Instructions to follow: All lines holding the word "Locations" should be located in the records and copied.

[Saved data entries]
--------
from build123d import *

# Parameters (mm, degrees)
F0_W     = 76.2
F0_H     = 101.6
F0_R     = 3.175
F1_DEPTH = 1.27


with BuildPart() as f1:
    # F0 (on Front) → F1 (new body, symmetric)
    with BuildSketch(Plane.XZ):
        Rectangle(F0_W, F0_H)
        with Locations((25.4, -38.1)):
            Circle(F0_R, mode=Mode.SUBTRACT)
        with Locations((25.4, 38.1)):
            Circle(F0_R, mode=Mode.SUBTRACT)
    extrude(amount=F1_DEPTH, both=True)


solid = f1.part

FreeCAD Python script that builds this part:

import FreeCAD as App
import Part
import Sketcher
from FreeCAD import Vector
Q = App.Units.Quantity

doc = App.newDocument("Part")
body = doc.addObject("PartDesign::Body", "Body")

# Sketch on XZ plane
sketch1 = body.newObject("Sketcher::SketchObject", "Sketch")
sketch1.AttachmentSupport = (doc.getObject("XZ_Plane"), [""])
sketch1.MapMode = "FlatFace"
sketch1.addGeometry([
    Part.LineSegment(Vector(-38.1, 50.8, 0), Vector(-38.1, -50.8, 0)),  # 0
    Part.LineSegment(Vector(-38.1, -50.8, 0), Vector(38.1, -50.8, 0)),  # 1
    Part.LineSegment(Vector(38.1, -50.8, 0), Vector(38.1, 50.8, 0)),  # 2
    Part.LineSegment(Vector(38.1, 50.8, 0), Vector(-38.1, 50.8, 0)),  # 3
    Part.Circle(Vector(25.4, -38.1, 0), Vector(0, 0, 1), 3.2),  # 4
    Part.Circle(Vector(25.4, 38.1, 0), Vector(0, 0, 1), 3.2),  # 5
], False)
sketch1.addConstraint([
    Sketcher.Constraint("Coincident", 0, 2, 1, 1),
    Sketcher.Constraint("Coincident", 1, 2, 2, 1),
    Sketcher.Constraint("Coincident", 2, 2, 3, 1),
    Sketcher.Constraint("Coincident", 3, 2, 0, 1),
    Sketcher.Constraint("Vertical", 0),
    Sketcher.Constraint("Horizontal", 1),
    Sketcher.Constraint("Vertical", 2),
    Sketcher.Constraint("Horizontal", 3),
    Sketcher.Constraint("Equal", 4, 5),
    Sketcher.Constraint("Symmetric", 0, 2, 2, 2, -1, 1),
    Sketcher.Constraint("Symmetric", 4, 3, 5, 3, -1),
    Sketcher.Constraint("Diameter", 4, Q("0.25 in")),
    Sketcher.Constraint("DistanceX", 1, 1, 1, 2, Q("3 in")),
    Sketcher.Constraint("DistanceY", 0, 2, 0, 1, Q("4 in")),
    Sketcher.Constraint("DistanceX", -1, 1, 4, 3, Q("1 in")),
    Sketcher.Constraint("DistanceY", 4, 3, 5, 3, Q("3 in")),
])
pad1 = body.newObject("PartDesign::Pad", "Pad")
pad1.Profile = sketch1
pad1.Length = Q("0.1 in")
pad1.Midplane = True

doc.recompute()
--------
Solution to the problem:
        with Locations((25.4, -38.1)):
        with Locations((25.4, 38.1)):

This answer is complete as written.